Il est de ces lieux secrets que les grandes villes savent receler. Dans le XVe arrondissement, à quelques pas de la gare Montparnasse, le musée Bourdelle est un rare îlot de paix, de temps suspendu que le public peut retrouver depuis ce mercredi 15 mars. Le petit établissement, tout entier dédié à l’œuvre du sculpteur Antoine Bourdelle était fermé depuis sept mois, phase ultime d’un chantier de deux ans essentiellement destiné à restaurer l’atelier du maître.
Cité d'artistes
En 1885, l’artiste, né en 1861 à Montauban, s’installait dans une des pièces de cette cité d’artistes. Le bâtiment construit sept ans auparavant était assez simple : une longue bâtisse à pans de bois et remplissage de briques, avec ses grandes fenêtres en hauteur pour profiter de la lumière du nord.

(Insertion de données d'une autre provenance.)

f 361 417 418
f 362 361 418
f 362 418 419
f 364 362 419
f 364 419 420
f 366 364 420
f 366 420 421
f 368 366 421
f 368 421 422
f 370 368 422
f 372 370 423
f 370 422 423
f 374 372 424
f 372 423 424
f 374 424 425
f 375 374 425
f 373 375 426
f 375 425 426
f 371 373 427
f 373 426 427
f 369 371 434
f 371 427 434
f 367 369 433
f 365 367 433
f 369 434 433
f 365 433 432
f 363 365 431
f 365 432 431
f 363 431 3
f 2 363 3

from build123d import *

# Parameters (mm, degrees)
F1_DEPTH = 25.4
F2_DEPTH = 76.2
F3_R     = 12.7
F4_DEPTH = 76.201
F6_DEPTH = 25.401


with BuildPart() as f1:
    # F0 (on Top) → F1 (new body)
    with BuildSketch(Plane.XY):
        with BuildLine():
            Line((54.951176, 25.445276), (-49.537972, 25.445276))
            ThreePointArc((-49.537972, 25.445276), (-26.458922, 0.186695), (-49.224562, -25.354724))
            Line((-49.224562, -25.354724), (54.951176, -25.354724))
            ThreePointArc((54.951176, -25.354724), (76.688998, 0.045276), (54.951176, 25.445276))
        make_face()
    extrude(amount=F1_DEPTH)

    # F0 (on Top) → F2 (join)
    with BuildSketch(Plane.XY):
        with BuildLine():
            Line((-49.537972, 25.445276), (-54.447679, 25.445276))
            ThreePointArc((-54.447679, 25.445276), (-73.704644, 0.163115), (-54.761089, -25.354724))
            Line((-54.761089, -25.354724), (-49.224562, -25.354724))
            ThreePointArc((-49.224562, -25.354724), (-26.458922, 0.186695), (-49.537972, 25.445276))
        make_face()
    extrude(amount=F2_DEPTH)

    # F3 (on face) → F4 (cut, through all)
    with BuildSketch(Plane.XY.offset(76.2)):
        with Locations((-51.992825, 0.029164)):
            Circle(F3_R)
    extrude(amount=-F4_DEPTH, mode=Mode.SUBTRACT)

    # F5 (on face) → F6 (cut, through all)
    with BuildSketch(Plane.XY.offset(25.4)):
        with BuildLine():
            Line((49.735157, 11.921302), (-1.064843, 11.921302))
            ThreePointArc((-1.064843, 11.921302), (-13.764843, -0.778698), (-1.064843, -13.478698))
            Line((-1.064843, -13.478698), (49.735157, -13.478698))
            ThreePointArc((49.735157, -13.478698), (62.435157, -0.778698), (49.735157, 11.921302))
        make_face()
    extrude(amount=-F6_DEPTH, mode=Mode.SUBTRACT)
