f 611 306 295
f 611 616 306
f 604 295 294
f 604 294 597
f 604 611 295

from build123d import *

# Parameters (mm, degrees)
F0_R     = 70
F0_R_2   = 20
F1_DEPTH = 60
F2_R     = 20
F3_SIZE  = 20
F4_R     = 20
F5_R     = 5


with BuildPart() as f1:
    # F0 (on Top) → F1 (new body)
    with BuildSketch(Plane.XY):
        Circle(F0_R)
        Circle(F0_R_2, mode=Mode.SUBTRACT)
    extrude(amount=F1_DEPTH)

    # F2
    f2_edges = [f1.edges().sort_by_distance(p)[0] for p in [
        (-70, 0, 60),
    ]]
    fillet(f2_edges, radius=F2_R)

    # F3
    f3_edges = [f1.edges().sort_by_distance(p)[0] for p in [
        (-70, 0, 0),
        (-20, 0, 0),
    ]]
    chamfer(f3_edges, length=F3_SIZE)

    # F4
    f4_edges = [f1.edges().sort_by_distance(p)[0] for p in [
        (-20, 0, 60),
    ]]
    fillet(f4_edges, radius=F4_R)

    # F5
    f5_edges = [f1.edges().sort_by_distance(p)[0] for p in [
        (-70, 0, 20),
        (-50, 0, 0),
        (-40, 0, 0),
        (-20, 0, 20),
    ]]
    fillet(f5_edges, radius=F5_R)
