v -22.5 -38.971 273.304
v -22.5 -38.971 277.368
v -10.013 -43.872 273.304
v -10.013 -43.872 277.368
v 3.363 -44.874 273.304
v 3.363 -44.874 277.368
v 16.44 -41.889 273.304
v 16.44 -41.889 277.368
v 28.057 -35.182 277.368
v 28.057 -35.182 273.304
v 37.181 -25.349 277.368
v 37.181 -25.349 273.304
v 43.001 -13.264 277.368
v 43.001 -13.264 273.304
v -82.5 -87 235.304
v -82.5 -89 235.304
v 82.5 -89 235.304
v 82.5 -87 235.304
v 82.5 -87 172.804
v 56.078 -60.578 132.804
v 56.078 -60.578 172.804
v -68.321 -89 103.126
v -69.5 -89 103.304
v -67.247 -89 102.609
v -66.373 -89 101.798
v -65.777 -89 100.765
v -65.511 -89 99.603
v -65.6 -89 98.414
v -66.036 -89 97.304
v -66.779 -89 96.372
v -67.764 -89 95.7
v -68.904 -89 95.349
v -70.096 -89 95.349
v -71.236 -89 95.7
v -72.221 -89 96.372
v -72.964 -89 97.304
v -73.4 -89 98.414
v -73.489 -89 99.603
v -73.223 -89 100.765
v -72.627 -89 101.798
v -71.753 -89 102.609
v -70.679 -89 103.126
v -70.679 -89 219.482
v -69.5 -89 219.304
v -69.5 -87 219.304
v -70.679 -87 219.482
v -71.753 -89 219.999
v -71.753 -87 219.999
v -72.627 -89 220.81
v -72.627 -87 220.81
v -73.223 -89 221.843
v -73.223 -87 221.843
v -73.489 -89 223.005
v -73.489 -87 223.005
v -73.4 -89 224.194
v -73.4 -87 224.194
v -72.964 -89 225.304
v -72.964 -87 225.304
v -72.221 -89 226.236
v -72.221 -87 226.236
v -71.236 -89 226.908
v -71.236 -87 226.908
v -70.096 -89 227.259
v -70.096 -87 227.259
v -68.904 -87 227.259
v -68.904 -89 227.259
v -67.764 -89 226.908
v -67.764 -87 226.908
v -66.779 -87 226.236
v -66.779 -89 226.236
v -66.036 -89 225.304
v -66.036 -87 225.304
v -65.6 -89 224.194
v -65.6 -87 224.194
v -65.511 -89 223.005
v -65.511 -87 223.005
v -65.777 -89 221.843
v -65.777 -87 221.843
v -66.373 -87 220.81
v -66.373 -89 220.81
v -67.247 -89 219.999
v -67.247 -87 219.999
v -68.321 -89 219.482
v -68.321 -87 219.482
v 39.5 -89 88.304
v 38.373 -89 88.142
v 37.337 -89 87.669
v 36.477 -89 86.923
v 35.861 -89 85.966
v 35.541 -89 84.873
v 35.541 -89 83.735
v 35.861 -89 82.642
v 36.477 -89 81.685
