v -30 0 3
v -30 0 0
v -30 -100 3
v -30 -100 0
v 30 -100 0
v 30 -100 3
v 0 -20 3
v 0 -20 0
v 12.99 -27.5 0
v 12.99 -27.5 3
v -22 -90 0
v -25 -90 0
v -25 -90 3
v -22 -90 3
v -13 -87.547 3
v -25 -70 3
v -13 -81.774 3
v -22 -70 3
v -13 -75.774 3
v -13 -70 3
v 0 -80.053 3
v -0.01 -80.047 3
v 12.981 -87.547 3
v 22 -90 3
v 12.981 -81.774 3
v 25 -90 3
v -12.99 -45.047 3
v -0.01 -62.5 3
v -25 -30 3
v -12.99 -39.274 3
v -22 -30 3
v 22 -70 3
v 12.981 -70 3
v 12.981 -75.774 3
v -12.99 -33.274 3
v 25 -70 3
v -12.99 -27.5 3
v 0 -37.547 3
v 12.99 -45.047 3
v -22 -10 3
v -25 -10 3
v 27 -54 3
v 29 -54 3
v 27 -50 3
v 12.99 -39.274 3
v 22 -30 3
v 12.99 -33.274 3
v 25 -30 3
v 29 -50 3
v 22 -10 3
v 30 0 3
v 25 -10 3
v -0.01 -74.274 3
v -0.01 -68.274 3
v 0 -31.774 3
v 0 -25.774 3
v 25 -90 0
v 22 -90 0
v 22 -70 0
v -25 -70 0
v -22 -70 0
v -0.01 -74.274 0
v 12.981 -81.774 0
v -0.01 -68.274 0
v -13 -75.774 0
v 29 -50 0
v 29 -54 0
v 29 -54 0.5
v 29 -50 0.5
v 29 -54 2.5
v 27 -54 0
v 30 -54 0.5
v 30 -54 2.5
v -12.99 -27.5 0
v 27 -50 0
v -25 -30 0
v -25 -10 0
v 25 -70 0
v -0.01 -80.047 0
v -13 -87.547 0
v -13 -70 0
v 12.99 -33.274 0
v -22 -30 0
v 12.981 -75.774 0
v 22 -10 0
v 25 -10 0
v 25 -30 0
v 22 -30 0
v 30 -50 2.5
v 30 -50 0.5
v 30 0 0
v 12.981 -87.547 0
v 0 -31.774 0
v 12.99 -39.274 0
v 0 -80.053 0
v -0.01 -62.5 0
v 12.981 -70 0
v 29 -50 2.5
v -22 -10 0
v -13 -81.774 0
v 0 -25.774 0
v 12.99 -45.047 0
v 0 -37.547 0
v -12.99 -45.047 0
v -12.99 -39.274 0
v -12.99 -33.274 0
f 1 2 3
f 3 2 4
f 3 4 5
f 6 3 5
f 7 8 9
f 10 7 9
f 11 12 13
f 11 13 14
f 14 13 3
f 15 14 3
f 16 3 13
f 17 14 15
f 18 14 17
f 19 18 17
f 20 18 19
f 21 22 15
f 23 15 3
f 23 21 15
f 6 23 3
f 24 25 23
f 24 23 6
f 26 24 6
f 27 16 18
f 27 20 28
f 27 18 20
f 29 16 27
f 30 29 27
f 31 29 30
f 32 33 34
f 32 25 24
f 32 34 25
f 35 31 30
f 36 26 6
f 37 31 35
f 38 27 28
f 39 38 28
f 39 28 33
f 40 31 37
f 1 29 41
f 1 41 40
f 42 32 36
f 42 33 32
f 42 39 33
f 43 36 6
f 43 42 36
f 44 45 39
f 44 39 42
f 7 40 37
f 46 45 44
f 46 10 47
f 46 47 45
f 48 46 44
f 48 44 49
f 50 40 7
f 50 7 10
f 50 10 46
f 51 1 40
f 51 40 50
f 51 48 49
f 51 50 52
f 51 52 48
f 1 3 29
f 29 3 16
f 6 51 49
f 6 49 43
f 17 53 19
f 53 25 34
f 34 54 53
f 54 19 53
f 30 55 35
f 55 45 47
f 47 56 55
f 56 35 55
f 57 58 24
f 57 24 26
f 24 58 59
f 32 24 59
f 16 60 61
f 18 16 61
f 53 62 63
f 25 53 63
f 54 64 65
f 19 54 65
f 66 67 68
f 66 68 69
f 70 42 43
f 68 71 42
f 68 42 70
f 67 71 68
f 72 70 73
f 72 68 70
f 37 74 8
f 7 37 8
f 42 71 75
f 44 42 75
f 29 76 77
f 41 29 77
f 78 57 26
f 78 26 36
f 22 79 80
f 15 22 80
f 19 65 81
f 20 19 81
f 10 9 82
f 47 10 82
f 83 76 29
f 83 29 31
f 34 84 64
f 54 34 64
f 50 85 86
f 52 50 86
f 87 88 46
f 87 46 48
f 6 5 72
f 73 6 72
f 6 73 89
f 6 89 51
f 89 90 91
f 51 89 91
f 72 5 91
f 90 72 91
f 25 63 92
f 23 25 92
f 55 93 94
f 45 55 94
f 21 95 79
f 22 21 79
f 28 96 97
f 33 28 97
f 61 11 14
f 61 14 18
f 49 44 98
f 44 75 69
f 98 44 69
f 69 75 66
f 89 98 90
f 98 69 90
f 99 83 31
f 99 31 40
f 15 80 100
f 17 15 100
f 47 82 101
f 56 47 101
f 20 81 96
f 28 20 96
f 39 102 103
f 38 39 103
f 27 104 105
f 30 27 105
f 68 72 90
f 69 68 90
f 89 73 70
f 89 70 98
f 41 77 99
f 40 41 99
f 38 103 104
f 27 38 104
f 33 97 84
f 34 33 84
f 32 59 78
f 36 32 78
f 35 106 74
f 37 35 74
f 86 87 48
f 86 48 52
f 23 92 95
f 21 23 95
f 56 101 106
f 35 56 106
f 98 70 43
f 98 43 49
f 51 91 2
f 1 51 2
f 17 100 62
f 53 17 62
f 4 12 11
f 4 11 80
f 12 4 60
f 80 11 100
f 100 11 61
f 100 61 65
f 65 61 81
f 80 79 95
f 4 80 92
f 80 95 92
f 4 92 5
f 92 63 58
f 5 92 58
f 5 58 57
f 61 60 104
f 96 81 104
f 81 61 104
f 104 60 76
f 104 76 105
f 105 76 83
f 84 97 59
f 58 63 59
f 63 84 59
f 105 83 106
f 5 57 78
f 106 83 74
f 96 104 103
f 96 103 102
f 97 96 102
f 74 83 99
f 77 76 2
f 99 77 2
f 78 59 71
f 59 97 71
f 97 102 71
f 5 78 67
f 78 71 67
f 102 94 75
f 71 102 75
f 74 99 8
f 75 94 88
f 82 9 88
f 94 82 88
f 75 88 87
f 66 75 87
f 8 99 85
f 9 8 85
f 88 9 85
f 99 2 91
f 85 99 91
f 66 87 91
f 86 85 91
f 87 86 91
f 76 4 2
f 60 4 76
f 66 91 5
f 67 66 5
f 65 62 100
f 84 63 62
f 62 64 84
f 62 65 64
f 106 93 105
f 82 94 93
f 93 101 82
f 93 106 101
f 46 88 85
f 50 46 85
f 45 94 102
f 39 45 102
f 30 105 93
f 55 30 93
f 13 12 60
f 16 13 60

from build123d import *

# Parameters (mm, degrees)
F0_W     = 3
F0_H     = 20
F0_W_2   = 2
F0_H_2   = 4
F1_DEPTH = 3
F3_W     = 4
F3_H     = 2
F4_DEPTH = 3


with BuildPart() as f1:
    # F0 (on Top) → F1 (new body)
    with BuildSketch(Plane.XY):
        Polygon((-25, 0), (-30, 0), (-30, -50), (0, 0), align=None)
        with Locations((-23.5, -20)):
            Rectangle(F0_W, F0_H, mode=Mode.SUBTRACT)
        Polygon((0, 0), (-30, -50), (-30, -100), (0, -100), (30, -100), (30, -50), (30, 0), align=None)
        with Locations((-23.5, -80)):
            Rectangle(F0_W, F0_H, mode=Mode.SUBTRACT)
        Polygon((12.9807621135, -87.5470053838), (0, -80.0525588833), (-0.0096189432, -80.0470053838), (-13, -87.5470053838), (-13, -81.7735026919), (-0.0096189432, -74.2735026919), (12.9807621135, -81.7735026919), align=None, mode=Mode.SUBTRACT)
        Polygon((-13, -70), (-0.0096189432, -62.5), (12.9807621135, -70), (12.9807621135, -75.7735026919), (-0.0096189432, -68.2735026919), (-13, -75.7735026919), align=None, mode=Mode.SUBTRACT)
        with Locations((23.5, -80)):
            Rectangle(F0_W, F0_H, mode=Mode.SUBTRACT)
        with Locations((28, -52)):
            Rectangle(F0_W_2, F0_H_2, mode=Mode.SUBTRACT)
        Polygon((-12.9903810568, -39.2735026919), (0, -31.7735026919), (12.9903810568, -39.2735026919), (12.9903810568, -45.0470053838), (0, -37.5470053838), (-12.9903810568, -45.0470053838), align=None, mode=Mode.SUBTRACT)
        Polygon((-12.9903810568, -27.5), (0, -20), (12.9903810568, -27.5), (12.9903810568, -33.2735026919), (0, -25.7735026919), (-12.9903810568, -33.2735026919), align=None, mode=Mode.SUBTRACT)
        with Locations((23.5, -20)):
            Rectangle(F0_W, F0_H, mode=Mode.SUBTRACT)
    extrude(amount=F1_DEPTH)

    # F3 (on offset) → F4 (cut, through all)
    with BuildSketch(Plane.YZ.offset(30)):
        with Locations((-52, 1.5)):
            Rectangle(F3_W, F3_H)
    extrude(amount=-F4_DEPTH, mode=Mode.SUBTRACT)


solid = f1.part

Sa notoriété et son carnet de commandes grandissant, le sculpteur avait petit à petit colonisé tout le site. Après sa mort, en 1929, sa femme Cléopâtre et sa fille Rhodia avaient continué à veiller sur les lieux, créé le musée ouvert en 1949 et fait procéder à diverses extensions. L’établissement fait aujourd’hui parti du réseau des musées de la Ville, Paris Musées.
«Importants désordres»
Mais c’est bien le lieu où tout a démarré - l’atelier et, ce faisant tout le bâtiment central - qui nécessitait une intervention. «Un tel bâtiment, avec sa structure en bois et ses fondations légères, n’avait pas été conçu pour durer. Il présentait d’importants désordres», explique Martin Dior, chef de projet au sein du service bâtiments de la direction technique de Paris Musées.

L’opération supposait donc une reprise importante des structures mais, insiste l’architecte Bertrand Naut, désigné en 2019 avec l’entreprise Lefèvre dans le cadre d’une consultation de conception-réalisation, «rien de ce que nous devions faire ne devait se voir. Nous sommes donc intervenus uniquement là où c’était nécessaire, en particulier pour que la pièce maîtresse, l’atelier de Bourdelle, reste dans son jus.»
Aujourd’hui dans cet espace joliment vieillot avec son parquet à chevrons, la délicate galerie sur laquelle Bourdelle dormait à l'origine et son accumulation de vieux meubles et de sculptures, de pierre à aiguiser et de poêle au tuyau brisé, on remarque à peine les traces du chantier. Pourtant l’atelier a été entièrement excavé, notamment pour permettre de procéder, par l’intérieur, à des injections de béton de comblement de carrières souterraines. Les fondations ont été reprises et une tranchée créée pour faire passer les réseaux.
«Respect des volumes»
Pour renforcer la structure, «nous avons été les seuls à proposer de l’acier plutôt que du bois, car cela permettait d’avoir des éléments de sections plus petites, remarque Bertrand Naut. Plutôt que d’user d’un matériau d’époque, nous avons privilégié le respect des volumes historiques». De fins IPN sont venus doubler, par l’intérieur, les poteaux de façades en bois. A ces éléments verticaux viennent s’ajouter ceux inclus dans le nouveau plancher du R+1, formant ainsi une série de portiques en L venant se raccrocher à l’extension sud du musée, et notamment la galerie couverte construite au XXe siècle.
À lire aussi
«La démolition de l’ancien plancher de l’étage et son remplacement par un nouveau s’explique par les nouveaux usages du niveau supérieur. Avant, il n’était pas accessible au public mais désormais il accueille un petit café-restaurant et son office, ainsi que la centrale de traitement d’air (CTA). Il fallait donc assurer une portance plus importante», note Bertrand Naut.
Jaune citron
L’espace de restauration est installé dans ce qui était l’appartement jaune citron de Rhodia, la fille de Bourdelle, et de son époux, le décorateur Michel Dufet, et a été réagencé par le studio d’architecture Same. «Tout cela n’a pas vraiment pas été une opération spectaculaire, plutôt de la dentelle, conclut Bertrand Naut. Je crois que nous ne nous en sommes pas trop mal tirés. » Le public peut donc retrouver avec bonheur ce lieu au charme inchangé.
Fiche technique
Maîtrise d’ouvrage : Paris Musées.
Maîtrise d’ouvrage déléguée : Ville de Paris/ DCPA - Samo – secteur culture.
Groupement de conception-réalisation : Lefèvre (entreprise générale mandataire), ABN (architectes, mandataires maîtrise d’œuvre), APGO (architectes du patrimoine, associés). BET : SECC (structure), Pouget (fluides et SSI), Cabinet Grandfils (économiste), Renofors (rénovation, confortation structure bois).
Calendrier : consultation, 2018-2019 ; études, 2020 ; chantier, janvier 2021-mars 2023.
Surface : 450 m² SU.
Montant des travaux : 2 401 600 € HT.